#### Work to be completed:
Counting the line with "v28 (5,0,18)" as the last one, copy out the lines of the data exactly from the first onward.

· · ·

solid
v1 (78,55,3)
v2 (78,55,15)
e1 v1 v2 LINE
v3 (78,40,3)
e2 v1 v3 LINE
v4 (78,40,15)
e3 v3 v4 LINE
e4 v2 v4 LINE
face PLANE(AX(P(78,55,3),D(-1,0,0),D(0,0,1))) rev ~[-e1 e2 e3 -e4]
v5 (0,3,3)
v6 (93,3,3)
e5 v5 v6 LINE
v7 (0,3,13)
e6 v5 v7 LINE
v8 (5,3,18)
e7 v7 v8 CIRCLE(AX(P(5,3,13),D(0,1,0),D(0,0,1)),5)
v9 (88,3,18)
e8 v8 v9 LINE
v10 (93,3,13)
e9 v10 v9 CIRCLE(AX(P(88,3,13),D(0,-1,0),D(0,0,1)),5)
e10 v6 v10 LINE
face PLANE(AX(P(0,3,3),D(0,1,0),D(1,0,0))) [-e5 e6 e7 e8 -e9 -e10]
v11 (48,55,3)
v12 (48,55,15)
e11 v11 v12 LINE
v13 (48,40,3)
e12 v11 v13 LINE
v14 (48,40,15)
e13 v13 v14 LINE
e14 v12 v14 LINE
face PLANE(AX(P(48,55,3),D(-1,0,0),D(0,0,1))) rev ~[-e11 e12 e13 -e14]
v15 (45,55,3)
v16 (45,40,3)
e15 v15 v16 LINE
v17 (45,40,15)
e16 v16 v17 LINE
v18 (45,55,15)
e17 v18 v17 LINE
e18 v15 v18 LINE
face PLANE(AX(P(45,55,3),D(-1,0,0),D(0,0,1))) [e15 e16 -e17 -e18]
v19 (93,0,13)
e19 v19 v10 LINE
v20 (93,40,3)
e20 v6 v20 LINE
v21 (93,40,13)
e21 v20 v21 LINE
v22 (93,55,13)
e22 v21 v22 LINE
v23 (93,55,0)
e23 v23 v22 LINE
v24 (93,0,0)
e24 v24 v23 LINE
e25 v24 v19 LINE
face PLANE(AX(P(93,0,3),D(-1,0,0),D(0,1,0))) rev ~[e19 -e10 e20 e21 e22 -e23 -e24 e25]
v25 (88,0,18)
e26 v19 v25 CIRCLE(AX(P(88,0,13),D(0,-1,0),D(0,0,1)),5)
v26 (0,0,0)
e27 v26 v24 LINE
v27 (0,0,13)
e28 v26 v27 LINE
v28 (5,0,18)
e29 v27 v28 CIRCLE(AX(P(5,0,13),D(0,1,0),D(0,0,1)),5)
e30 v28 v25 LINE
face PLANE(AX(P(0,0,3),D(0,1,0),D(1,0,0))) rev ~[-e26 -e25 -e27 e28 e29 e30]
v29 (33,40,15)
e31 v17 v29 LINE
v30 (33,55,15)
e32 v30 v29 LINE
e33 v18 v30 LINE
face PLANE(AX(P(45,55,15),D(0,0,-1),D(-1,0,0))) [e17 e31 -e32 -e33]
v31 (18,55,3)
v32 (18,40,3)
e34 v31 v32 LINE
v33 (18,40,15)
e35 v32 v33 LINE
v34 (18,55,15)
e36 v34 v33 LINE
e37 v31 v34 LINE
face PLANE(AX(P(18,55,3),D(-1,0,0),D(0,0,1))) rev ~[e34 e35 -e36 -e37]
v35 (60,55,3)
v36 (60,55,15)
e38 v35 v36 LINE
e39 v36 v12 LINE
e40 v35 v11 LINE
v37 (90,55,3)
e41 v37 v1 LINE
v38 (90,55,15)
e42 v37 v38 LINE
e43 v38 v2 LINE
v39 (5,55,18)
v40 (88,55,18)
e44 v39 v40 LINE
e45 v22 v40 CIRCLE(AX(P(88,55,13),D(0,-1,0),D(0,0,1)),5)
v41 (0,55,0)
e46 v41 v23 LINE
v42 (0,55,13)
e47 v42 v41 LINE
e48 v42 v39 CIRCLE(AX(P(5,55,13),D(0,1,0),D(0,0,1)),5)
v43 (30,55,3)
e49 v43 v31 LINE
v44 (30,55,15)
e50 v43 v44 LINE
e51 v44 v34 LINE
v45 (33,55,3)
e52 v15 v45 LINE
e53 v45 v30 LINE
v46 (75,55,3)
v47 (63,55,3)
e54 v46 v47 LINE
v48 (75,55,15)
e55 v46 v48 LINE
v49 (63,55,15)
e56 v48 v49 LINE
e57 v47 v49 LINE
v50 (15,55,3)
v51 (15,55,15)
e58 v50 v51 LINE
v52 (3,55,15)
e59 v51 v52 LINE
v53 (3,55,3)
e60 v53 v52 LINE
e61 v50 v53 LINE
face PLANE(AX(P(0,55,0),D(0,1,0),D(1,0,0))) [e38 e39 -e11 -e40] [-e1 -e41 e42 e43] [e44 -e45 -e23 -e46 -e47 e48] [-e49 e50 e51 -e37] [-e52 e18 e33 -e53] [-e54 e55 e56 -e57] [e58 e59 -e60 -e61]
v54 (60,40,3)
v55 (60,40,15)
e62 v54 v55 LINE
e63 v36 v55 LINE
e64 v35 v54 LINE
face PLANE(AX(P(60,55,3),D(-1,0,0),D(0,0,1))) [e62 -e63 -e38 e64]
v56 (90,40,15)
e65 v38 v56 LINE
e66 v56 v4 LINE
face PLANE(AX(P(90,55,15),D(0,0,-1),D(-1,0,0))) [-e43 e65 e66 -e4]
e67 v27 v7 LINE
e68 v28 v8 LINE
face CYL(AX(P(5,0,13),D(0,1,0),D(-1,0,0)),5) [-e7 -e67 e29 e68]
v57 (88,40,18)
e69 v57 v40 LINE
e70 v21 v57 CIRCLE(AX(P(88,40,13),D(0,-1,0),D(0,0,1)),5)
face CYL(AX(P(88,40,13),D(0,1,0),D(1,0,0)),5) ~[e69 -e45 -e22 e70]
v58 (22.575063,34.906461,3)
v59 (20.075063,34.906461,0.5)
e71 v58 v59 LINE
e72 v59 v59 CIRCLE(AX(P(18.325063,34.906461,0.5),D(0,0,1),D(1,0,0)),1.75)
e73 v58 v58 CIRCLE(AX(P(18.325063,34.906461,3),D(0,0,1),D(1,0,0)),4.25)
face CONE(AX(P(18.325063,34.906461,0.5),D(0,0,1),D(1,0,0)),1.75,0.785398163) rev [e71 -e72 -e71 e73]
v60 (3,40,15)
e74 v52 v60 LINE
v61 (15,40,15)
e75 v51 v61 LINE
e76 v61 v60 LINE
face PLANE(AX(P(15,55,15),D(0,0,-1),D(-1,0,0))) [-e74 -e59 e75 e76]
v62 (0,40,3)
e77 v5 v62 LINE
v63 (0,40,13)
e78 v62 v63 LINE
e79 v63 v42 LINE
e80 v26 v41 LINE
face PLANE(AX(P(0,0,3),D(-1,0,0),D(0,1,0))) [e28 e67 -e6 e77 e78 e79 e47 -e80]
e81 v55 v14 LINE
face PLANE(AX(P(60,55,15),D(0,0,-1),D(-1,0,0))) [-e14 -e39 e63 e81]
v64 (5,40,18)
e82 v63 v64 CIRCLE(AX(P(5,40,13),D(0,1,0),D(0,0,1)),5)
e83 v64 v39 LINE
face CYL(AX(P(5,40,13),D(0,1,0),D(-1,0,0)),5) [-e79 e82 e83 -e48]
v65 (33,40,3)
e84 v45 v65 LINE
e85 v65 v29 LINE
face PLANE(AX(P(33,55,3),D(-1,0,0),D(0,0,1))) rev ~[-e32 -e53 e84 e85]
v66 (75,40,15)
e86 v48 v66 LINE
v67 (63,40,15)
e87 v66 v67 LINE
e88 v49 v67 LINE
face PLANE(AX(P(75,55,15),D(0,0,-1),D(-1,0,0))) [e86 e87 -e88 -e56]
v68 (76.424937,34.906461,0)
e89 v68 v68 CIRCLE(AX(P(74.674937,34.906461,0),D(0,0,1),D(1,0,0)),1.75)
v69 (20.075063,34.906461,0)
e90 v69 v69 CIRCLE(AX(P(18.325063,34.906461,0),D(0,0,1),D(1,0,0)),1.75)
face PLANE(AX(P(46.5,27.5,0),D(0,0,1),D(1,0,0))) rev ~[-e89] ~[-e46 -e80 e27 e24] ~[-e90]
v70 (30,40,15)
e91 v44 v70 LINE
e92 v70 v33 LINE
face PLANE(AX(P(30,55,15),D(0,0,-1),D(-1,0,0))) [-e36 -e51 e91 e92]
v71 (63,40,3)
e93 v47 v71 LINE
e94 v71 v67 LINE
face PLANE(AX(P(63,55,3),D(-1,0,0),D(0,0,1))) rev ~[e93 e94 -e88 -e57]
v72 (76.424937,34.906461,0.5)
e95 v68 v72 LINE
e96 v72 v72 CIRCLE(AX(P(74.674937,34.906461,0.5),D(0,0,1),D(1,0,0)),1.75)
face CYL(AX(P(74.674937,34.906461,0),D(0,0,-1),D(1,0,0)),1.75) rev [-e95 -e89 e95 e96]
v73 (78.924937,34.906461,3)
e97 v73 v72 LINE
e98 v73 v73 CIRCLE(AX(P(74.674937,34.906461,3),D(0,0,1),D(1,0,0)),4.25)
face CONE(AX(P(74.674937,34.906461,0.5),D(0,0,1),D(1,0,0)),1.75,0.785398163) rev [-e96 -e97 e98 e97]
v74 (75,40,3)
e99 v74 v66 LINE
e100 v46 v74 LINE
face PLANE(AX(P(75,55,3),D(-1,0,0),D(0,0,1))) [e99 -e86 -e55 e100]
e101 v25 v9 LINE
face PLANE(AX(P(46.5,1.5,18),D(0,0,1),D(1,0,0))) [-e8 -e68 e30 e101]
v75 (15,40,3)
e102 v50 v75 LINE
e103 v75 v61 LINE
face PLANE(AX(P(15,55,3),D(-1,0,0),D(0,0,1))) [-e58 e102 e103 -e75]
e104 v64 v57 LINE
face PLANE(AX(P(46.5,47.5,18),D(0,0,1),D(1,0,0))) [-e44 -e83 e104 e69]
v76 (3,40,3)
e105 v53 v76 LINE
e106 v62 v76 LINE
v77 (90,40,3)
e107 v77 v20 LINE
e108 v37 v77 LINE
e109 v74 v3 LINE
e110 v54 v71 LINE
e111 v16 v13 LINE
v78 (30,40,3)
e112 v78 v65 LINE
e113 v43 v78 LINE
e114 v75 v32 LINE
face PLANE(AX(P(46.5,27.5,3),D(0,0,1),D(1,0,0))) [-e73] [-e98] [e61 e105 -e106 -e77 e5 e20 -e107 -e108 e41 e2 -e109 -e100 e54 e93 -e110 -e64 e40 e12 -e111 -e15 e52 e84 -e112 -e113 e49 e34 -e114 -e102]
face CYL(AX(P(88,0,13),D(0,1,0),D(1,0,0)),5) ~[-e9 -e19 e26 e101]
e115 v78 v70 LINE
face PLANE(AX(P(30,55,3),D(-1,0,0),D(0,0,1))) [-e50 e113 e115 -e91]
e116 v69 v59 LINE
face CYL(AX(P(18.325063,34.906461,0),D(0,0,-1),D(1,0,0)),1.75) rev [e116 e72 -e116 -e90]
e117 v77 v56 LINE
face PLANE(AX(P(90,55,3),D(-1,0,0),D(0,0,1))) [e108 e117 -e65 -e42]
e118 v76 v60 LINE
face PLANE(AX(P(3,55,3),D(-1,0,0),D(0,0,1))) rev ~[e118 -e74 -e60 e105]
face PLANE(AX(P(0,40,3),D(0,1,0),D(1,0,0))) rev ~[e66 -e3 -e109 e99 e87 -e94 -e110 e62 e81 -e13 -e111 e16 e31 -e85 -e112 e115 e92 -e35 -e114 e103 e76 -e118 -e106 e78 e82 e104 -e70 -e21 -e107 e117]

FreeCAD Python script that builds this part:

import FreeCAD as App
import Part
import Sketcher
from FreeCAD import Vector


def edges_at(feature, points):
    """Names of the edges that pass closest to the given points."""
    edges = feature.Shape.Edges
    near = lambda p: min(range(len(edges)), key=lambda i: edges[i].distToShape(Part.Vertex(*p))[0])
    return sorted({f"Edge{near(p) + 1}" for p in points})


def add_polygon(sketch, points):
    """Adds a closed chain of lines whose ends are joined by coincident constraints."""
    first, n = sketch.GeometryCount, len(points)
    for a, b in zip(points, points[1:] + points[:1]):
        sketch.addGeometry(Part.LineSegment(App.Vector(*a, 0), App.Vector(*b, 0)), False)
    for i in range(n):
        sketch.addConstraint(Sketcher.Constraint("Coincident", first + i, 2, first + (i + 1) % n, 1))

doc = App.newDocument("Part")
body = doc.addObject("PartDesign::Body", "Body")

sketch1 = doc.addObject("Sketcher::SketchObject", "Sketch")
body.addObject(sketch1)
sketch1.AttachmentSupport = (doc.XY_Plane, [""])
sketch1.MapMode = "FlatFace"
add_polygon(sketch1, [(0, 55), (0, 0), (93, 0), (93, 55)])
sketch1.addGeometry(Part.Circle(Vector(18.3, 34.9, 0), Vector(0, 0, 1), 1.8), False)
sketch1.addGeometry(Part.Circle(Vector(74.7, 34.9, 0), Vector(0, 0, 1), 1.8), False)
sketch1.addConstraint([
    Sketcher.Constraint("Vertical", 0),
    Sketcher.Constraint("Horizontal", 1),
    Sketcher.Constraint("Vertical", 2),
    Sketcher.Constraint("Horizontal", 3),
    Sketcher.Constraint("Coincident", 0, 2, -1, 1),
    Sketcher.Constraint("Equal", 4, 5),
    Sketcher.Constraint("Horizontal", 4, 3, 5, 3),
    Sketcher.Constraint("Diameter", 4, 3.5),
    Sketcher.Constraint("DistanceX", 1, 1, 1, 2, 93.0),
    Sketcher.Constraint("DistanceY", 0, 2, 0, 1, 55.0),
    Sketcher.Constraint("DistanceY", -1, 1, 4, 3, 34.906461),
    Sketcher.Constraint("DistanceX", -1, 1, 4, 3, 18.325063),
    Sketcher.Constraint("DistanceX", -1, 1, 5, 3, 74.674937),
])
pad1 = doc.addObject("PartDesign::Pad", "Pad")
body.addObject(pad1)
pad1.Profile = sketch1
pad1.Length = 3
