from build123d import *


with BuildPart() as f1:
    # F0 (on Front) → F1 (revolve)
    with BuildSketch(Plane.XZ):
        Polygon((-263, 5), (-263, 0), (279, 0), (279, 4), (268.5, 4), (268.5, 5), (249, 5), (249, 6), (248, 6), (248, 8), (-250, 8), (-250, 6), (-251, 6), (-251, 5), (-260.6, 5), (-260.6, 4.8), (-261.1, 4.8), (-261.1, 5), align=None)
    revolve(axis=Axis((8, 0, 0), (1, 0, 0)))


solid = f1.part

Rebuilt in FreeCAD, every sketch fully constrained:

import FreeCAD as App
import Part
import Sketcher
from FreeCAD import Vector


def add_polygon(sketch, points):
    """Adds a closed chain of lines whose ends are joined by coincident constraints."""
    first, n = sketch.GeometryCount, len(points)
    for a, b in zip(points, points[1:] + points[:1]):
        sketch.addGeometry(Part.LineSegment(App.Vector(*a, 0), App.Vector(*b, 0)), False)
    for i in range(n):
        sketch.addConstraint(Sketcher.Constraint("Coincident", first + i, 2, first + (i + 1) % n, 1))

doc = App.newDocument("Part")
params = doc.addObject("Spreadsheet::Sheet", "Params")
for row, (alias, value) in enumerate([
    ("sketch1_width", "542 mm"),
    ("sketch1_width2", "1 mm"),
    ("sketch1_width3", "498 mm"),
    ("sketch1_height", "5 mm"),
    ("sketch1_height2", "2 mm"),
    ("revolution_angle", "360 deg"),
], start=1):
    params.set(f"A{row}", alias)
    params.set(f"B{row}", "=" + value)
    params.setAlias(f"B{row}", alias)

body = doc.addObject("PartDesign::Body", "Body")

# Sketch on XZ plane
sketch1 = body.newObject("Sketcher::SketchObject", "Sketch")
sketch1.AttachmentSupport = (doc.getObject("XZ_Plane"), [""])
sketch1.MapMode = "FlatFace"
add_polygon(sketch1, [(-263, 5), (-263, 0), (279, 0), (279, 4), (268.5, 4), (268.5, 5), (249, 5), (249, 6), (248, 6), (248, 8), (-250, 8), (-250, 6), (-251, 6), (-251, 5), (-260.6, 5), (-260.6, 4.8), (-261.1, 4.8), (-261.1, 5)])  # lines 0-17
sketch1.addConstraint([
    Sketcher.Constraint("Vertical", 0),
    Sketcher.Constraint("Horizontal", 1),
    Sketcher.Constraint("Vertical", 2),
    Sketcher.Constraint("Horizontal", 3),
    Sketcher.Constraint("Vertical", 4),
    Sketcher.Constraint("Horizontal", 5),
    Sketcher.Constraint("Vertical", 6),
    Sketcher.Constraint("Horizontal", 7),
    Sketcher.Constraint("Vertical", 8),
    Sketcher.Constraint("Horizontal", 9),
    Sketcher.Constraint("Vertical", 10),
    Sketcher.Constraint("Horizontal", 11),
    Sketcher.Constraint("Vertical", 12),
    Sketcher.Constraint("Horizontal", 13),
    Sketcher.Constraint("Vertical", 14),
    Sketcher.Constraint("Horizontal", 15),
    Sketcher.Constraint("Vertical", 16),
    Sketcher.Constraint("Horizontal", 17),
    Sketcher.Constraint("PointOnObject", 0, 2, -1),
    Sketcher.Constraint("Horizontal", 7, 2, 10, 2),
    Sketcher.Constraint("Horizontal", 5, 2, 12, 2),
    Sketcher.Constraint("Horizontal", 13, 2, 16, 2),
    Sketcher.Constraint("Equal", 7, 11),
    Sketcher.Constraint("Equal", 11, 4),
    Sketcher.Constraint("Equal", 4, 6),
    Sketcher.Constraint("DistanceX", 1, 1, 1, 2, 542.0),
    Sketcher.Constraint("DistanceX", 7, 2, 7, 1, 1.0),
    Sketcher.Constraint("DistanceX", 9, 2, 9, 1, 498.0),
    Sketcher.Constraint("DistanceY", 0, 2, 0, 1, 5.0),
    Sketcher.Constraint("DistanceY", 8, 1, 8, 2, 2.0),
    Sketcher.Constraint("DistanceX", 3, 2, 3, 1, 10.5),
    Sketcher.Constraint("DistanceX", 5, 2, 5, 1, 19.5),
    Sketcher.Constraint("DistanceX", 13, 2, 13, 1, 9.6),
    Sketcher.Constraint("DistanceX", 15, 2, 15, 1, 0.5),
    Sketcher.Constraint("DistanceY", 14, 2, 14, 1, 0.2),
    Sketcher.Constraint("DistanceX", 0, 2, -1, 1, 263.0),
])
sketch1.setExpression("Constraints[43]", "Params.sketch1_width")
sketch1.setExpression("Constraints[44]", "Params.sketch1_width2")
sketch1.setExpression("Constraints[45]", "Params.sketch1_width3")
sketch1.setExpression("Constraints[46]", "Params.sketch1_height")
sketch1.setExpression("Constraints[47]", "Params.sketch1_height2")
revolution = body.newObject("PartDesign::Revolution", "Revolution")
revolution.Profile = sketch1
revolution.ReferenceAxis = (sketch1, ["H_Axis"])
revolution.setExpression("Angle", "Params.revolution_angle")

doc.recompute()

· · ·

#### Written response:
solid
v1 (78,55,3)
v2 (78,55,15)
e1 v1 v2 LINE
v3 (78,40,3)
e2 v1 v3 LINE
v4 (78,40,15)
e3 v3 v4 LINE
e4 v2 v4 LINE
face PLANE(AX(P(78,55,3),D(-1,0,0),D(0,0,1))) rev ~[-e1 e2 e3 -e4]
v5 (0,3,3)
v6 (93,3,3)
e5 v5 v6 LINE
v7 (0,3,13)
e6 v5 v7 LINE
v8 (5,3,18)
e7 v7 v8 CIRCLE(AX(P(5,3,13),D(0,1,0),D(0,0,1)),5)
v9 (88,3,18)
e8 v8 v9 LINE
v10 (93,3,13)
e9 v10 v9 CIRCLE(AX(P(88,3,13),D(0,-1,0),D(0,0,1)),5)
e10 v6 v10 LINE
face PLANE(AX(P(0,3,3),D(0,1,0),D(1,0,0))) [-e5 e6 e7 e8 -e9 -e10]
v11 (48,55,3)
v12 (48,55,15)
e11 v11 v12 LINE
v13 (48,40,3)
e12 v11 v13 LINE
v14 (48,40,15)
e13 v13 v14 LINE
e14 v12 v14 LINE
face PLANE(AX(P(48,55,3),D(-1,0,0),D(0,0,1))) rev ~[-e11 e12 e13 -e14]
v15 (45,55,3)
v16 (45,40,3)
e15 v15 v16 LINE
v17 (45,40,15)
e16 v16 v17 LINE
v18 (45,55,15)
e17 v18 v17 LINE
e18 v15 v18 LINE
face PLANE(AX(P(45,55,3),D(-1,0,0),D(0,0,1))) [e15 e16 -e17 -e18]
v19 (93,0,13)
e19 v19 v10 LINE
v20 (93,40,3)
e20 v6 v20 LINE
v21 (93,40,13)
e21 v20 v21 LINE
v22 (93,55,13)
e22 v21 v22 LINE
v23 (93,55,0)
e23 v23 v22 LINE
v24 (93,0,0)
e24 v24 v23 LINE
e25 v24 v19 LINE
face PLANE(AX(P(93,0,3),D(-1,0,0),D(0,1,0))) rev ~[e19 -e10 e20 e21 e22 -e23 -e24 e25]
v25 (88,0,18)
e26 v19 v25 CIRCLE(AX(P(88,0,13),D(0,-1,0),D(0,0,1)),5)
v26 (0,0,0)
e27 v26 v24 LINE
v27 (0,0,13)
e28 v26 v27 LINE
v28 (5,0,18)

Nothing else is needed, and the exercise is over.